在女高最初建立的两年,来读书的女孩几乎都是因为贫困。周云丽后来才意识到,自己很幸运。在她所在的村子,许多女孩十五六岁就已定亲。山里人觉得女孩读书花钱,不如早早嫁人。
女高成为贫困女孩人生的第一个转折点。当时,第一届学生成绩很多未达到中考分数线,且年龄偏大,有学生补习3年还未拿到初中毕业证。
女高接纳了这些女孩,只要是农业户口,想读书,就收。仅有的一栋5层教学楼成为全校师生吃、喝、睡的场所。学生们住在3楼3间教室里,每间教室有女老师陪同,其余女老师和男教师被分入4楼两间大教室。男老师们轮流在一楼木板床上守夜,夜晚,学生们要去隔壁中学上厕所,女老师陪同,男老师打手电筒护送。
开学不久,张桂梅就遇到一件糟心事。一个女孩去医院做阑尾手术,被发现已怀孕4个月。一阵批评的浪潮袭来,女孩的父母也质问学校。女孩说了真话,孩子的父亲是对面一所高中的男孩,两人在入学前的假期发生关系。

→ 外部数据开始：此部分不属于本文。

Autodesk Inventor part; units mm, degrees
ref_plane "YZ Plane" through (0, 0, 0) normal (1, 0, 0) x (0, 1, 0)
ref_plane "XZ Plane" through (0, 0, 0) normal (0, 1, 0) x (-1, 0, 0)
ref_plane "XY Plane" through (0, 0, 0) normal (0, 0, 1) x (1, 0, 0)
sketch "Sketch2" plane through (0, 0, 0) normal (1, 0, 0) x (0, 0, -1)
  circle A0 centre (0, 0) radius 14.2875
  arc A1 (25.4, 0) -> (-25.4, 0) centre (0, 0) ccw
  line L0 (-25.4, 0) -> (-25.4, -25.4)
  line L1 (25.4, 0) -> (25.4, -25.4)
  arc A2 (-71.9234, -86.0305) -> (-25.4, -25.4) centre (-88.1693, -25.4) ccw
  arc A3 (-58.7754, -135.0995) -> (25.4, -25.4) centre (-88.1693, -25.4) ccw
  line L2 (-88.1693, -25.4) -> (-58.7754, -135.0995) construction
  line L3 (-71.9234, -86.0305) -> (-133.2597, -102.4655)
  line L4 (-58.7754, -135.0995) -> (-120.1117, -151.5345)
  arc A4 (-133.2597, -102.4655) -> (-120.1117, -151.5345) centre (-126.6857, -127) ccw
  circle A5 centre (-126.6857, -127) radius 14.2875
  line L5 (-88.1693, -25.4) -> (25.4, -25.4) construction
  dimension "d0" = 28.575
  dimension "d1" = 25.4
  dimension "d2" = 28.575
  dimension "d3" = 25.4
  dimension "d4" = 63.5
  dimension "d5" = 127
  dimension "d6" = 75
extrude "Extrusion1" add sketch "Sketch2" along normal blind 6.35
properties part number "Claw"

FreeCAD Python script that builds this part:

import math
import FreeCAD as App
import Part
import Sketcher
Q = App.Units.Quantity

doc = App.newDocument("Part")
body = doc.addObject("PartDesign::Body", "Body")

# Sketch on YZ plane
sketch1 = body.newObject("Sketcher::SketchObject", "Sketch")
sketch1.AttachmentSupport = (doc.getObject("YZ_Plane"), [""])
sketch1.MapMode = "FlatFace"
sketch1.addGeometry([
    Part.LineSegment(App.Vector(-25, -25, 0), App.Vector(0, -25, 0)),  # 0
    Part.ArcOfCircle(Part.Circle(App.Vector(0, 0, 0), App.Vector(0, 0, 1), 25), math.radians(-90), math.radians(90)),  # 1
    Part.LineSegment(App.Vector(0, 25, 0), App.Vector(-25, 25, 0)),  # 2
    Part.ArcOfCircle(Part.Circle(App.Vector(-25, 88, 0), App.Vector(0, 0, 1), 63), math.radians(-165), math.radians(-90)),  # 3
    Part.LineSegment(App.Vector(-86, 72, 0), App.Vector(-102, 133, 0)),  # 4
    Part.ArcOfCircle(Part.Circle(App.Vector(-127, 127, 0), App.Vector(0, 0, 1), 25), math.radians(15), math.radians(195)),  # 5
    Part.LineSegment(App.Vector(-152, 120, 0), App.Vector(-135, 59, 0)),  # 6
    Part.ArcOfCircle(Part.Circle(App.Vector(-25, 88, 0), App.Vector(0, 0, 1), 114), math.radians(-165), math.radians(-90)),  # 7
    Part.Circle(App.Vector(-127, 127, 0), App.Vector(0, 0, 1), 14),  # 8
    Part.Circle(App.Vector(0, 0, 0), App.Vector(0, 0, 1), 14),  # 9
], False)
sketch1.addConstraint([
    Sketcher.Constraint("Tangent", 0, 2, 1, 1),
    Sketcher.Constraint("Tangent", 1, 2, 2, 1),
    Sketcher.Constraint("Tangent", 2, 2, 3, 2),
    Sketcher.Constraint("Tangent", 3, 1, 4, 1),
    Sketcher.Constraint("Tangent", 4, 2, 5, 1),
    Sketcher.Constraint("Tangent", 5, 2, 6, 1),
    Sketcher.Constraint("Tangent", 6, 2, 7, 1),
    Sketcher.Constraint("Tangent", 7, 2, 0, 1),
    Sketcher.Constraint("Horizontal", 0),
    Sketcher.Constraint("Horizontal", 2),
    Sketcher.Constraint("Coincident", 1, 3, -1, 1),
    Sketcher.Constraint("Coincident", 9, 3, -1, 1),
    Sketcher.Constraint("Coincident", 7, 3, 3, 3),
    Sketcher.Constraint("Coincident", 8, 3, 5, 3),
    Sketcher.Constraint("Equal", 1, 5),
    Sketcher.Constraint("Equal", 8, 9),
    Sketcher.Constraint("Radius", 1, Q("1 in")),
    Sketcher.Constraint("DistanceX", 0, 1, 0, 2, Q("1 in")),
    Sketcher.Constraint("Diameter", 8, Q("1.125 in")),
    Sketcher.Constraint("DistanceX", 5, 3, -1, 1, Q("5 in")),
    Sketcher.Constraint("Angle", 6, Q("-75 deg")),
    Sketcher.Constraint("Distance", 4, Q("2.5 in")),
])
pad1 = body.newObject("PartDesign::Pad", "Pad")
pad1.Profile = sketch1
pad1.Length = Q("0.25 in")

doc.recompute()
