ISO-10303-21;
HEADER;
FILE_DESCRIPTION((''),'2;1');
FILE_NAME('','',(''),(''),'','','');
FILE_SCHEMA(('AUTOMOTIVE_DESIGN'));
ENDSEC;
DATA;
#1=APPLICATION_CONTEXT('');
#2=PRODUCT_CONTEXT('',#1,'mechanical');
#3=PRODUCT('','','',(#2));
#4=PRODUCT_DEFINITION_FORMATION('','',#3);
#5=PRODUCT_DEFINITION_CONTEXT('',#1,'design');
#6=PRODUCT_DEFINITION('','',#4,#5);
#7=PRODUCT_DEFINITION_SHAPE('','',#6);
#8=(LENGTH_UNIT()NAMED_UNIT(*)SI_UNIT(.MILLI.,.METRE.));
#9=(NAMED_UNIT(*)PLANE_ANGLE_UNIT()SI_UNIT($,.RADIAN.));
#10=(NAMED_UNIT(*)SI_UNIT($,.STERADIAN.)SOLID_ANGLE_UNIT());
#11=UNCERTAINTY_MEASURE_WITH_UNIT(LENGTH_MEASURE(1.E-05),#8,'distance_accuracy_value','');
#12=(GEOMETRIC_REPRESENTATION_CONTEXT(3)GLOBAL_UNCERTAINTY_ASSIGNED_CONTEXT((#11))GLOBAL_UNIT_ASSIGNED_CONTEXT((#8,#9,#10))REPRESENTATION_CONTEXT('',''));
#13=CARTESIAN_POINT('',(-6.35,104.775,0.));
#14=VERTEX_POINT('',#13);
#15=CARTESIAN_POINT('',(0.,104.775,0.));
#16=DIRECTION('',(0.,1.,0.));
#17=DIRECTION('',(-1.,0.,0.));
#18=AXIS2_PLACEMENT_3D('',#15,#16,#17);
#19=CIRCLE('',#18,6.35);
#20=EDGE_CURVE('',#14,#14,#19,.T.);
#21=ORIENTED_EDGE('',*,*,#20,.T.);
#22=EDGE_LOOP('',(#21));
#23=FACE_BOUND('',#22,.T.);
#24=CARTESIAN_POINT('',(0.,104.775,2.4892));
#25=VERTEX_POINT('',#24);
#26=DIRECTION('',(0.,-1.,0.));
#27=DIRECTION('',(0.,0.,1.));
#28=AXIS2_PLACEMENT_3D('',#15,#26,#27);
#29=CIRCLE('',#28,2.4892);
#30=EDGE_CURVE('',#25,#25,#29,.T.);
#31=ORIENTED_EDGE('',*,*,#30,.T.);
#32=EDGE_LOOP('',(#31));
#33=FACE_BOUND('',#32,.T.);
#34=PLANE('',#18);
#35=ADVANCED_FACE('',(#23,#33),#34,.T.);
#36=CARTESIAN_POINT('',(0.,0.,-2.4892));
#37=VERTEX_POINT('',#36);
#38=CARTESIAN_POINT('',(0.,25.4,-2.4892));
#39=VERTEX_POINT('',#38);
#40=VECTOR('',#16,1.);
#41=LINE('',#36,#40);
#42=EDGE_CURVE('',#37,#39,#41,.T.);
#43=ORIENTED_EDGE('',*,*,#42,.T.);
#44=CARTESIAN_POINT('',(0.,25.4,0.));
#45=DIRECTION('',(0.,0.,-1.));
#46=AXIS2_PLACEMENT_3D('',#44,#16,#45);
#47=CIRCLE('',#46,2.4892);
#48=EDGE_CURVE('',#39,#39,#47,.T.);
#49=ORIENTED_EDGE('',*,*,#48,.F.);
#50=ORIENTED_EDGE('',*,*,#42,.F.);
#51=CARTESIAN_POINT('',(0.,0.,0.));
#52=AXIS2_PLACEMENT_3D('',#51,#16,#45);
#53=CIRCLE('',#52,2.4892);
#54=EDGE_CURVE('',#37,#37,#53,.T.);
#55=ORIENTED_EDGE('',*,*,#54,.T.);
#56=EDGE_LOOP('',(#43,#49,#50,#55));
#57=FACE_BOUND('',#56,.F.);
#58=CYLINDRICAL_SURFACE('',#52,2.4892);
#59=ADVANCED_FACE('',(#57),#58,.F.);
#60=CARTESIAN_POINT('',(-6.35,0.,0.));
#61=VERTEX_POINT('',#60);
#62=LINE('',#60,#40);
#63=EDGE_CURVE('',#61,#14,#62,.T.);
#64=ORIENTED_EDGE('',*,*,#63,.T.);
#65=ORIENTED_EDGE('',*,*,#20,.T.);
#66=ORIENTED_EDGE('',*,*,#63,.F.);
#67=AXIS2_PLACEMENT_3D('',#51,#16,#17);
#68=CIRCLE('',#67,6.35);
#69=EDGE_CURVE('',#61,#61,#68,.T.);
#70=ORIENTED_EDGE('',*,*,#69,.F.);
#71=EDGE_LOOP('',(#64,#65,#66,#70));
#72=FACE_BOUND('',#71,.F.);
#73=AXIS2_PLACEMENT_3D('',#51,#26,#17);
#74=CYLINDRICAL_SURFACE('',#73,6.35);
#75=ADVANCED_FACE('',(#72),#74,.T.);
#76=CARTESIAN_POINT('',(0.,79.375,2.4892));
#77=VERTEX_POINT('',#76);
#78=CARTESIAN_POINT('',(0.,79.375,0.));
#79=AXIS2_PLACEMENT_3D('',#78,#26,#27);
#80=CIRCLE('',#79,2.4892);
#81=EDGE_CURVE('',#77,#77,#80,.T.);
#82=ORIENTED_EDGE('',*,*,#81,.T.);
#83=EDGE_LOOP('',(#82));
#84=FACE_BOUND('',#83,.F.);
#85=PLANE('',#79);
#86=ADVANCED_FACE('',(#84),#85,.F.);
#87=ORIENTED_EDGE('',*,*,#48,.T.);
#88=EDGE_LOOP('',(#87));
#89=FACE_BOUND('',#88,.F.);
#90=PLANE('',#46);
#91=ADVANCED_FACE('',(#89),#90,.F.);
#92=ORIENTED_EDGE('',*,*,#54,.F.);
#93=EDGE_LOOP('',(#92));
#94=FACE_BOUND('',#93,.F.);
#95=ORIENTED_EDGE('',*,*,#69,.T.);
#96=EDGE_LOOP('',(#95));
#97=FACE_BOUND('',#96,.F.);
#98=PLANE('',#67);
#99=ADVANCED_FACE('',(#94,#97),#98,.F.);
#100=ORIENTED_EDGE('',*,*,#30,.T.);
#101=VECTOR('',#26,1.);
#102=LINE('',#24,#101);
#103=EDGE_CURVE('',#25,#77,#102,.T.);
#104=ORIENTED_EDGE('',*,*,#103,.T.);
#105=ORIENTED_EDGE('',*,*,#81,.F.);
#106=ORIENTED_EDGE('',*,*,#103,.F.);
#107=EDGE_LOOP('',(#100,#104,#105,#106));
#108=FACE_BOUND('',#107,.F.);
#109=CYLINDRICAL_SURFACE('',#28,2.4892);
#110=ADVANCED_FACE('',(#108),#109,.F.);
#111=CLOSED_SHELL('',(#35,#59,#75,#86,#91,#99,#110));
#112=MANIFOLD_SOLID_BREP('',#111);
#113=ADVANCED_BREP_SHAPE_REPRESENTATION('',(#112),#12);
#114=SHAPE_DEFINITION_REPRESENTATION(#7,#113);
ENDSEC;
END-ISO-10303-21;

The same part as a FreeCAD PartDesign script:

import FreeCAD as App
import Part
import Sketcher
from FreeCAD import Vector
Q = App.Units.Quantity

doc = App.newDocument("Part")
params = doc.addObject("Spreadsheet::Sheet", "Params")
for row, (alias, value) in enumerate([
    ("sketch1_diameter", "0.5 in"),
    ("pad1_length", "4.125 in"),
    ("sketch2_diameter", "0.196 in"),
    ("hole_diameter", "0.196 in"),
    ("hole_depth", "1 in"),
    ("sketch3_diameter", "0.196 in"),
    ("hole2_diameter", "0.196 in"),
    ("hole2_depth", "1 in"),
], start=1):
    params.set(f"A{row}", alias)
    params.set(f"B{row}", "=" + value)
    params.setAlias(f"B{row}", alias)

body = doc.addObject("PartDesign::Body", "Body")

# Sketch on XZ plane
sketch1 = doc.addObject("Sketcher::SketchObject", "Sketch")
body.addObject(sketch1)
sketch1.AttachmentSupport = (doc.XZ_Plane, [""])
sketch1.MapMode = "FlatFace"
sketch1.addGeometry(Part.Circle(Vector(0, 0, 0), Vector(0, 0, 1), 6.35), False)
sketch1.addConstraint(Sketcher.Constraint("Coincident", 0, 3, -1, 1))
sketch1.addConstraint(Sketcher.Constraint("Diameter", 0, Q("0.5 in")))
sketch1.setExpression("Constraints[1]", "Params.sketch1_diameter")
pad1 = doc.addObject("PartDesign::Pad", "Pad")
body.addObject(pad1)
pad1.Profile = sketch1
pad1.setExpression("Length", "Params.pad1_length")
pad1.Reversed = True

# Sketch on XZ plane
sketch2 = doc.addObject("Sketcher::SketchObject", "Sketch001")
body.addObject(sketch2)
sketch2.AttachmentSupport = (doc.XZ_Plane, [""])
sketch2.MapMode = "FlatFace"
sketch2.addGeometry(Part.Circle(Vector(0, 0, 0), Vector(0, 0, 1), 2.4892), False)
sketch2.addConstraint(Sketcher.Constraint("Coincident", 0, 3, -1, 1))
sketch2.addConstraint(Sketcher.Constraint("Diameter", 0, Q("0.196 in")))
sketch2.setExpression("Constraints[1]", "Params.sketch2_diameter")
doc.recompute()
hole = doc.addObject("PartDesign::Hole", "Hole")
body.addObject(hole)
hole.Profile = sketch2
hole.ThreadType = "None"
hole.setExpression("Diameter", "Params.hole_diameter")
hole.DepthType = "Dimension"
hole.setExpression("Depth", "Params.hole_depth")
hole.DrillPoint = "Flat"

# Sketch on XZ plane
sketch3 = doc.addObject("Sketcher::SketchObject", "Sketch002")
body.addObject(sketch3)
sketch3.AttachmentSupport = (doc.XZ_Plane, [""])
sketch3.MapMode = "FlatFace"
sketch3.AttachmentOffset = App.Placement(Vector(0, 0, -4.125 * 25.4), App.Rotation())
sketch3.addGeometry(Part.Circle(Vector(0, 0, 0), Vector(0, 0, 1), 2.4892), False)
sketch3.addConstraint(Sketcher.Constraint("Coincident", 0, 3, -1, 1))
sketch3.addConstraint(Sketcher.Constraint("Diameter", 0, Q("0.196 in")))
sketch3.setExpression("Constraints[1]", "Params.sketch3_diameter")
doc.recompute()
hole2 = doc.addObject("PartDesign::Hole", "Hole001")
body.addObject(hole2)
hole2.Profile = sketch3
hole2.ThreadType = "None"
hole2.setExpression("Diameter", "Params.hole2_diameter")
hole2.DepthType = "Dimension"
hole2.setExpression("Depth", "Params.hole2_depth")
hole2.DrillPoint = "Flat"
hole2.Reversed = True

doc.recompute()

张桂梅长了教训。学校没有围墙,常有男孩来戏耍,张桂梅守在教学楼前,见到逗留等候的男孩就赶跑,大骂“小混蛋”。
学校没有性教育课。有性知识辅导老师问需不需要支援,张桂梅让他们“滚一边去”,“手机上已经很过火了,还用教吗?”
后来,教学楼一楼安装了铁栅栏。一向吝啬的张桂梅在安全管理支出上毫不心疼,有宿舍门坏,她立即请师傅来修。每当高考季来临,张桂梅会请几个人日夜看守教学楼,让学生看到“楼前楼后都是人”,安心。
为了杜绝攀比,张桂梅规定,学生必须剪短发,穿校服,女老师在校不能穿裙子和高跟鞋。
教学楼的一楼贴满捐款人的名字和捐款数额,墙上的企业和个人帮助支撑起这所免费高中。每当有人来校捐款,她要求学生向捐款人集体敬礼,唱《不忘初心》。但她反对学生手举捐赠牌被拍照的行为,有企业提出此类要求,张桂梅宁可钱打水漂也不同意。
有毕业生回母校捐款,但也不知道最终资助给了哪个学妹,张桂梅希望这种“背对背”的方式,让学生没有压力地接受捐赠。
在张桂梅看来,贫困对女孩是一种隐私,对外,她称呼自己的学生“山里的女孩”。